В половине апреля, оставив своим заместителем по «Военкомату» Ермаковича, я повел по вызову Бати на так называемую Бычачью базу восемьдесят партизан. Там обычно формировались и оттуда отправлялись в дальние экспедиции наши отряды. Я рассчитывал, что, если мы придем часа на два — на три раньше, у нас еще останется время отдохнуть, и торопил людей. Этой ночью, несмотря на усталость, мы прошли более пятидесяти километров.
С последнего привала послал вперед старшину с десятью бойцами — разведать дорогу и приготовить завтрак для отряда.

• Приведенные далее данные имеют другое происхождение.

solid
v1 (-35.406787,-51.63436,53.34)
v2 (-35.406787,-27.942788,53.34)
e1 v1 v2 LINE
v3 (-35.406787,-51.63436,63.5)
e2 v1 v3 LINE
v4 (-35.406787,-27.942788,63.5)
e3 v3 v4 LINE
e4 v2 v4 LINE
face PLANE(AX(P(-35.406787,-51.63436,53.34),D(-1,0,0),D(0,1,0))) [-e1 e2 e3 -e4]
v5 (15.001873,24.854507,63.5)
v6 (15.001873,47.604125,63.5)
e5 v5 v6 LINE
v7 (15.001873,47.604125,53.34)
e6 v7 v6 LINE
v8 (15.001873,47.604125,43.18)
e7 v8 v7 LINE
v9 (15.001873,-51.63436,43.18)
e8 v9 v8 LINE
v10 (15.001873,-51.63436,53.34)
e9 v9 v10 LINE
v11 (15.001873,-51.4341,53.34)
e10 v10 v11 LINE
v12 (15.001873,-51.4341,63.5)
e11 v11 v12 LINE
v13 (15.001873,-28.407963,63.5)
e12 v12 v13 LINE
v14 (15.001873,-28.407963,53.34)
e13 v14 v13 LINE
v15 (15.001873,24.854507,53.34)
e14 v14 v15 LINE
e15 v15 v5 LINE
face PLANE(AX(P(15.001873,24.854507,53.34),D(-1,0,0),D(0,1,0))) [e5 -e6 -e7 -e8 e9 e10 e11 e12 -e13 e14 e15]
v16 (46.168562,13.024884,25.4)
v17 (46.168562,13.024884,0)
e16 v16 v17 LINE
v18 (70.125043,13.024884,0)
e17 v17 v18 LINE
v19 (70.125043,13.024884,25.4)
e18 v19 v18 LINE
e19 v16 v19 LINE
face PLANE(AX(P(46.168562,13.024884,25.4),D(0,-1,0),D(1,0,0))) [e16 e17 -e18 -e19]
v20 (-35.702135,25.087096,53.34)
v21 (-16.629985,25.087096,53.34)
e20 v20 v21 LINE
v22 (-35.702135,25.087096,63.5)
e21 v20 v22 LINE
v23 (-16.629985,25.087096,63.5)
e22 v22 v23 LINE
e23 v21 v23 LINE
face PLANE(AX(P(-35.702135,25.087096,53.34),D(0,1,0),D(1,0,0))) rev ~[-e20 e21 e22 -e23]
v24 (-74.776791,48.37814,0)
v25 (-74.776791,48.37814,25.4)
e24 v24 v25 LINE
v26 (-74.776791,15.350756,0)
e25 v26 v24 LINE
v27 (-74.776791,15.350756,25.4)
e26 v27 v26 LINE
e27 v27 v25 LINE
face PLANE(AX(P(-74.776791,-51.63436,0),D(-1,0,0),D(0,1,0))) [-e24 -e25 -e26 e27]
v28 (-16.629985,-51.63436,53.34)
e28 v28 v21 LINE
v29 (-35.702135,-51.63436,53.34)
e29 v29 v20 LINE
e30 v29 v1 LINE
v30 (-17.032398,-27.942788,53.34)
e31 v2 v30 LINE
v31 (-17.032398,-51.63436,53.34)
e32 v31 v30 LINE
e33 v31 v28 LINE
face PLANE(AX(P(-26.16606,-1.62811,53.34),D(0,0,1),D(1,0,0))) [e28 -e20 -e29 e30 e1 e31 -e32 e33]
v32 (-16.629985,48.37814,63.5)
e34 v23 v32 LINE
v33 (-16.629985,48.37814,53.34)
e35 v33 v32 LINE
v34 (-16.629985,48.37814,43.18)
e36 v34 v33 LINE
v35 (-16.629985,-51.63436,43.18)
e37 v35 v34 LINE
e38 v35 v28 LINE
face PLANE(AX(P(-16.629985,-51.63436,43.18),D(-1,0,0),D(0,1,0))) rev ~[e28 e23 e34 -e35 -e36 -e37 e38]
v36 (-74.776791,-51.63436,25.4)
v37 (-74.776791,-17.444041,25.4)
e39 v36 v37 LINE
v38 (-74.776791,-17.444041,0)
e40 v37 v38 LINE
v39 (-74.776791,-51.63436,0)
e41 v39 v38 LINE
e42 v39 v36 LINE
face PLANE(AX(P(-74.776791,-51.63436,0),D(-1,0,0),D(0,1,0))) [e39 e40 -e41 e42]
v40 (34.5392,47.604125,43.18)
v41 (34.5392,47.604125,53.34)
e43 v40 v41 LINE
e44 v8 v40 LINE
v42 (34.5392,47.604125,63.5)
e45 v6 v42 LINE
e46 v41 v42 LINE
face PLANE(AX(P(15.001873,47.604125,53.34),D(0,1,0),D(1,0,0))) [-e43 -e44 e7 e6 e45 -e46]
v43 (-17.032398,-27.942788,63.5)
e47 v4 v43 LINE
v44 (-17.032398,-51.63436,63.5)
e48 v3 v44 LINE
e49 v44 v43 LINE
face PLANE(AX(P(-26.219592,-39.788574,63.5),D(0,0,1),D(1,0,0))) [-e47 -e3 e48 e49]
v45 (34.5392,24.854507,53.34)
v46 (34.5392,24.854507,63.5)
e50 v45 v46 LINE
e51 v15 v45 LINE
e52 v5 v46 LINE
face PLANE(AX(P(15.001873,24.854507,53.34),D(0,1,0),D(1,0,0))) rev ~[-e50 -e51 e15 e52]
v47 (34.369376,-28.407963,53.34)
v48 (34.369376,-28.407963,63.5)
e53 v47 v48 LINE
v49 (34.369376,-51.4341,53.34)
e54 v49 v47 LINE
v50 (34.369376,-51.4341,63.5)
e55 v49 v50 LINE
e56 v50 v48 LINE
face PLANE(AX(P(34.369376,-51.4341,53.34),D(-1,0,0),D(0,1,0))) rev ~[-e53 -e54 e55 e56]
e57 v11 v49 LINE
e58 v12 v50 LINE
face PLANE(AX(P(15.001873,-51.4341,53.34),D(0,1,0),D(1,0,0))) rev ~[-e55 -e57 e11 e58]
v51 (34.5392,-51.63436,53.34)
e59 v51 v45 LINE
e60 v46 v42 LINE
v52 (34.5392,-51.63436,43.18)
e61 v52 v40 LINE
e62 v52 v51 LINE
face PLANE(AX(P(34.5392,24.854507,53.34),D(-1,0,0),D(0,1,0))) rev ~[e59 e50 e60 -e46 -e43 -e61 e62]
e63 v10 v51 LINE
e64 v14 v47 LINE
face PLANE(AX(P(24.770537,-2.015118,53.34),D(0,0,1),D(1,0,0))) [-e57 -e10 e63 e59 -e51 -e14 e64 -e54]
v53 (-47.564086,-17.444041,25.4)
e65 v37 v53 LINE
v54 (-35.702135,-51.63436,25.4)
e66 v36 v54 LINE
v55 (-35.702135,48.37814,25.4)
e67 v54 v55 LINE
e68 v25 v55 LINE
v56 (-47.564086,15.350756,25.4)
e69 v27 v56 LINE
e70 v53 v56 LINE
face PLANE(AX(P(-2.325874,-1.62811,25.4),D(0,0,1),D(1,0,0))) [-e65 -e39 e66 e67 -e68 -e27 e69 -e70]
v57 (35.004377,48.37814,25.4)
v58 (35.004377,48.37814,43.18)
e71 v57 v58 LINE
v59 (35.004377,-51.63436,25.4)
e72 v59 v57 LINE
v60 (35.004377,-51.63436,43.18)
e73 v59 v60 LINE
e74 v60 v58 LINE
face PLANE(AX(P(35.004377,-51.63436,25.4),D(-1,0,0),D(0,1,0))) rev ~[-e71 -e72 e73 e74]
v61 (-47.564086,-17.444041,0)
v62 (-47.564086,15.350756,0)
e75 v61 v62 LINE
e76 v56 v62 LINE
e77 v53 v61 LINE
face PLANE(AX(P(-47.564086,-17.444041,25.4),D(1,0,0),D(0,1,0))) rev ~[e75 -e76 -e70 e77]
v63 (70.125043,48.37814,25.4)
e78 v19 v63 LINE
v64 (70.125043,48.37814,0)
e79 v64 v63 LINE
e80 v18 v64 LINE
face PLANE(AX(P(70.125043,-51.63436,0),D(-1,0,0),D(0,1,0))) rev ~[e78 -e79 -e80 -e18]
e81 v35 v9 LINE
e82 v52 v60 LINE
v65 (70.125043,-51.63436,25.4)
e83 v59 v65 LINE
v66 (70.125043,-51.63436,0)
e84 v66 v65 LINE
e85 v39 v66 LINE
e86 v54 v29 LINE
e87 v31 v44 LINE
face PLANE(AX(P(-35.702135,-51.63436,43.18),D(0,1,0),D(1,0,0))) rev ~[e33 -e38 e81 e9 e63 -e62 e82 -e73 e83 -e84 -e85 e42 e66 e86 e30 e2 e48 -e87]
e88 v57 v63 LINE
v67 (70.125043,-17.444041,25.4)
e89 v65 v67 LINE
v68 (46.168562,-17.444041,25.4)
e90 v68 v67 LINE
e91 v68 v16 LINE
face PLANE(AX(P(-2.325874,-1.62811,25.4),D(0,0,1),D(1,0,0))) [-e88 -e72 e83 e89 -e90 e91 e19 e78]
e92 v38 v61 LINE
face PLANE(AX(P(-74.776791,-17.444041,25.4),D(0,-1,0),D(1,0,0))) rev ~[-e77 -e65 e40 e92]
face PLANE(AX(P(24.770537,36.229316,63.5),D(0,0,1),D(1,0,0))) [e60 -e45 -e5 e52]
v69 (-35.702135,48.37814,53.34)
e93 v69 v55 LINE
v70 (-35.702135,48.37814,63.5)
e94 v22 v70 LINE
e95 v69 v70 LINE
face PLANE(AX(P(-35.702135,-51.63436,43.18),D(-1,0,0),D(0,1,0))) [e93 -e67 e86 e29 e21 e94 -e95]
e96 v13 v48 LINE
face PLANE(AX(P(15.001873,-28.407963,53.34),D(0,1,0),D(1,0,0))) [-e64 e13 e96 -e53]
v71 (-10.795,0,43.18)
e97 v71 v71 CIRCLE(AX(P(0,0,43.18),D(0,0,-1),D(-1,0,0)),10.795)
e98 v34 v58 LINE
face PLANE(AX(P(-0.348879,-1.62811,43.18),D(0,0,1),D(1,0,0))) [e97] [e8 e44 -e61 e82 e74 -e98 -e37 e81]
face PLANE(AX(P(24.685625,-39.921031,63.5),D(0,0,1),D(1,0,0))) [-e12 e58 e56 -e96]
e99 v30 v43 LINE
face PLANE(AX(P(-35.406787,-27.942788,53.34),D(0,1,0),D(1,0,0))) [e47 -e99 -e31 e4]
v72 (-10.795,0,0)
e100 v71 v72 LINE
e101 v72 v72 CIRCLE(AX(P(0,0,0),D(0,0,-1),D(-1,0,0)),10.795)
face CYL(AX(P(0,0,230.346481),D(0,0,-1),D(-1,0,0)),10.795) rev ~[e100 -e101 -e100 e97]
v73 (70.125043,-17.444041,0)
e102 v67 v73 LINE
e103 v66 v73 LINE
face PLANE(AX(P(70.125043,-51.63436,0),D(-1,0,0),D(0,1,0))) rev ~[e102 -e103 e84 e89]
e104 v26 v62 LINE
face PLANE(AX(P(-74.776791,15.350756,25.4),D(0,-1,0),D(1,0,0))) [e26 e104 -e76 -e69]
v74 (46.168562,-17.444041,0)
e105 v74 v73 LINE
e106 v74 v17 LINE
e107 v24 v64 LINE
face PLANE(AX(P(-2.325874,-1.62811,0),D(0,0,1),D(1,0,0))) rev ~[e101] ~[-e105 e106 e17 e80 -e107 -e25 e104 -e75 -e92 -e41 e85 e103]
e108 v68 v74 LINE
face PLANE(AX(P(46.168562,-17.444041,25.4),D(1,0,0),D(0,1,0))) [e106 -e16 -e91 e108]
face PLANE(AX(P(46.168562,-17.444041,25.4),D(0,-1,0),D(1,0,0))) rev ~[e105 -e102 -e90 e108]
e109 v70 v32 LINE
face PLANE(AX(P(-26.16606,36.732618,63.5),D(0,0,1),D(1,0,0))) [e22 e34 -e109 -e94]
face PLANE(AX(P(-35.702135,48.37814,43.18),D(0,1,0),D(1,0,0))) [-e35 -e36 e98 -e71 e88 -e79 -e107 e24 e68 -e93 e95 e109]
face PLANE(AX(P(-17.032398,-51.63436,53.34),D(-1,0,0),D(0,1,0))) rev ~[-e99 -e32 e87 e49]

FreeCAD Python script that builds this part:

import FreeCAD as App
import Part
import Sketcher

V = App.Vector
Q = App.Units.Quantity


def add_polygon(sketch, points):
    """Adds a closed chain of lines whose ends are joined by coincident constraints."""
    first, n = sketch.GeometryCount, len(points)
    for a, b in zip(points, points[1:] + points[:1]):
        sketch.addGeometry(Part.LineSegment(App.Vector(*a, 0), App.Vector(*b, 0)), False)
    for i in range(n):
        sketch.addConstraint(Sketcher.Constraint("Coincident", first + i, 2, first + (i + 1) % n, 1))

doc = App.newDocument("Part")
body = doc.addObject("PartDesign::Body", "Body")

# Sketch on XY plane
sketch1 = doc.addObject("Sketcher::SketchObject", "Sketch")
body.addObject(sketch1)
sketch1.AttachmentSupport = (doc.XY_Plane, [""])
sketch1.MapMode = "FlatFace"
add_polygon(sketch1, [(-75, 48), (-75, -52), (70, -52), (70, 48)])  # lines 0-3
sketch1.addConstraint([
    Sketcher.Constraint("Vertical", 0),
    Sketcher.Constraint("Horizontal", 1),
    Sketcher.Constraint("Vertical", 2),
    Sketcher.Constraint("Horizontal", 3),
    Sketcher.Constraint("DistanceY", 0, 2, 0, 1, Q("3.9375 in")),
    Sketcher.Constraint("DistanceX", 1, 1, 1, 2, 144.901834),
    Sketcher.Constraint("DistanceX", 0, 2, -1, 1, 74.776791),
    Sketcher.Constraint("DistanceY", 0, 2, -1, 1, 51.63436),
])
pad1 = doc.addObject("PartDesign::Pad", "Pad")
body.addObject(pad1)
pad1.Profile = sketch1
pad1.Length = Q("1 in")

# Sketch on XY plane
sketch2 = doc.addObject("Sketcher::SketchObject", "Sketch001")
body.addObject(sketch2)
sketch2.AttachmentSupport = (doc.XY_Plane, [""])
sketch2.MapMode = "FlatFace"
sketch2.AttachmentOffset = App.Placement(V(0, 0, 1 * 25.4), App.Rotation())
add_polygon(sketch2, [(46, 13), (46, -17), (70, -17), (70, 13)])  # lines 0-3
sketch2.addConstraint([
    Sketcher.Constraint("Vertical", 0),
    Sketcher.Constraint("Horizontal", 1),
    Sketcher.Constraint("Vertical", 2),
    Sketcher.Constraint("Horizontal", 3),
    Sketcher.Constraint("DistanceX", 1, 1, 1, 2, 23.956481),
    Sketcher.Constraint("DistanceY", 0, 2, 0, 1, 30.468925),
    Sketcher.Constraint("DistanceY", 0, 2, -1, 1, 17.444041),
    Sketcher.Constraint("DistanceX", -1, 1, 0, 2, 46.168562),
])
pocket1 = doc.addObject("PartDesign::Pocket", "Pocket")
body.addObject(pocket1)
pocket1.Profile = sketch2
pocket1.Length = Q("1 in")

# Sketch on XY plane
sketch3 = doc.addObject("Sketcher::SketchObject", "Sketch002")
body.addObject(sketch3)
sketch3.AttachmentSupport = (doc.XY_Plane, [""])
sketch3.MapMode = "FlatFace"
sketch3.AttachmentOffset = App.Placement(V(0, 0, 1 * 25.4), App.Rotation())
add_polygon(sketch3, [(-75, 15), (-75, -17), (-48, -17), (-48, 15)])  # lines 0-3
sketch3.addConstraint([
    Sketcher.Constraint("Vertical", 0),
    Sketcher.Constraint("Horizontal", 1),
    Sketcher.Constraint("Vertical", 2),
    Sketcher.Constraint("Horizontal", 3),
    Sketcher.Constraint("DistanceX", 1, 1, 1, 2, 27.212705),
    Sketcher.Constraint("DistanceY", 0, 2, 0, 1, 32.794797),
    Sketcher.Constraint("DistanceX", 0, 2, -1, 1, 74.776791),
    Sketcher.Constraint("DistanceY", 0, 2, -1, 1, 17.444041),
])
pocket2 = doc.addObject("PartDesign::Pocket", "Pocket001")
body.addObject(pocket2)
pocket2.Profile = sketch3
pocket2.Length = Q("1 in")

# Sketch on XY plane
sketch4 = doc.addObject("Sketcher::SketchObject", "Sketch003")
body.addObject(sketch4)
sketch4.AttachmentSupport = (doc.XY_Plane, [""])
sketch4.MapMode = "FlatFace"
sketch4.AttachmentOffset = App.Placement(V(0, 0, 1 * 25.4), App.Rotation())
add_polygon(sketch4, [(-36, 48), (-36, -52), (35, -52), (35, 48)])  # lines 0-3
sketch4.addConstraint([
    Sketcher.Constraint("Vertical", 0),
    Sketcher.Constraint("Horizontal", 1),
    Sketcher.Constraint("Vertical", 2),
    Sketcher.Constraint("Horizontal", 3),
    Sketcher.Constraint("DistanceY", 0, 2, 0, 1, Q("3.9375 in")),
    Sketcher.Constraint("DistanceX", 1, 1, 1, 2, 70.706513),
    Sketcher.Constraint("DistanceY", 0, 2, -1, 1, 51.63436),
    Sketcher.Constraint("DistanceX", 0, 2, -1, 1, 35.702135),
])
pad2 = doc.addObject("PartDesign::Pad", "Pad001")
body.addObject(pad2)
pad2.Profile = sketch4
pad2.Length = Q("0.7 in")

В километре от лагеря старшина встретил нас.
— Все в порядке!.. А на Бычачьей базе сейчас стоит Заслонов.
Я еще не был знаком с командиром железнодорожного отряда, но уже немало слыхал о нем. А он, предупрежденный старшиной, вышел встретить нас у своих сторожевых постов.
— Вот, в железнодорожном кителе, это Заслонов, — издали показал мне старшина на стройного высокого человека тридцати с лишком лет, с энергичным, чисто выбритым лицом.
Я подошел к нему.
— Командир отряда батальонный комиссар Бринский.
— Командир отряда инженер Заслонов, — так же официально ответил он, а потом, сразу переменив тон, добавил: — Батя мне уже говорил, что вы придете.
В лагере, как только я распорядился насчет отдыха и завтрака для бойцов, он меня повел завтракать в свою землянку.
— А помните вы, как посылали к нам в Оршу человека с письмом и взрывчаткой? — усмехнувшись, спросил Заслонов.
— Как же, помню! Это Иван Лях ходил.
— Как это вы рискнули? Без адреса послали, неизвестно к кому. Ведь он мог погибнуть от руки своих же. Я его сначала за провокатора принял, и мы даже наблюдение за ним установили.
— А что же мне было делать? Ждать?.. Очень уж вы секретно работали.
Он снова усмехнулся.
— А как же иначе? Ведь это не в лесу.
Долго говорить с Заслоновым в эту первую нашу встречу мне не пришлось: он и сам собирался на задание, да и мне надо было торопиться с докладом на Центральную базу. Там, у Бати, встретил я еще одного железнодорожника, плотного мужчину среднего роста. Он молча присутствовал при моем докладе, а потом Григорий Матвеевич познакомил нас:
— Товарищ Якушев. Был начальником политотдела Оршанского узла и у Заслонова комиссаром, теперь будет работать с нами: надо же нам иметь специалистов-железнодорожников.
Половину отряда, приведенного мной, Батя отправлял во главе с Ярмоленко на помощь Щербине, а с остальными я должен был выйти на железную дорогу Борисов — Орша, на автостраду Москва — Минск и развернуть там работу.
— Григорий Матвеич, — сказал Якушев, узнав о моем назначении, — я бы попросил и меня включить в этот отряд. На железной дороге у меня есть знакомые, да и с работой ее я неплохо знаком.
— Хорошо, — коротко ответил Батя.
Выступали обе группы одновременно. Батя тоже пришел на Бычачью базу, чтобы проводить и напутствовать выступающих. Прощаясь со мной, он сказал:
— Ну, Антон Петрович, желаю успеха! Отряд у вас на славу, партийно-комсомольский.
Я взглянул на своих людей. Да, я знаю каждого. Все они коммунисты или комсомольцы. И это не простая случайность… Как мы окрепли за полгода! Это уже не тот отряд, в который влилась в октябре гурецкая группа, это отряды: у Бати, у Щербины, у Черкасова; группы Куликова, Куклинова и эти вот два отряда. А, кроме нас, рядом с нами — чего не было осенью — отряды Заслонова, Кузина, Воронова…
Вместе с Ярмоленко мы покинули Бычачью базу, а от перекрестка южнее Красного Борка Ярмоленко поворачивал к западу, я — к югу.
Каждый раз расставание с боевыми товарищами в тяжелых партизанских условиях вызывало невеселые мысли. И тут защемило сердце. Да и у Ярмоленко слезы выступили на глазах. Обнялись.
— Придется ли свидеться, товарищ комиссар? — По старой привычке он звал меня комиссаром.
— Не знаю… А почему не придется? — ответил я, стараясь казаться спокойным.
— Что-то мне думается… Эх, не пошел бы я от вас!..
— Война. Мы с тобой не только солдаты, но и коммунисты. Голову вешать не имеем права. И я думаю, мы еще повоюем.
— Повоюем, — повторил он, — а вы не забывайте меня, товарищ комиссар. Спасибо вам за все!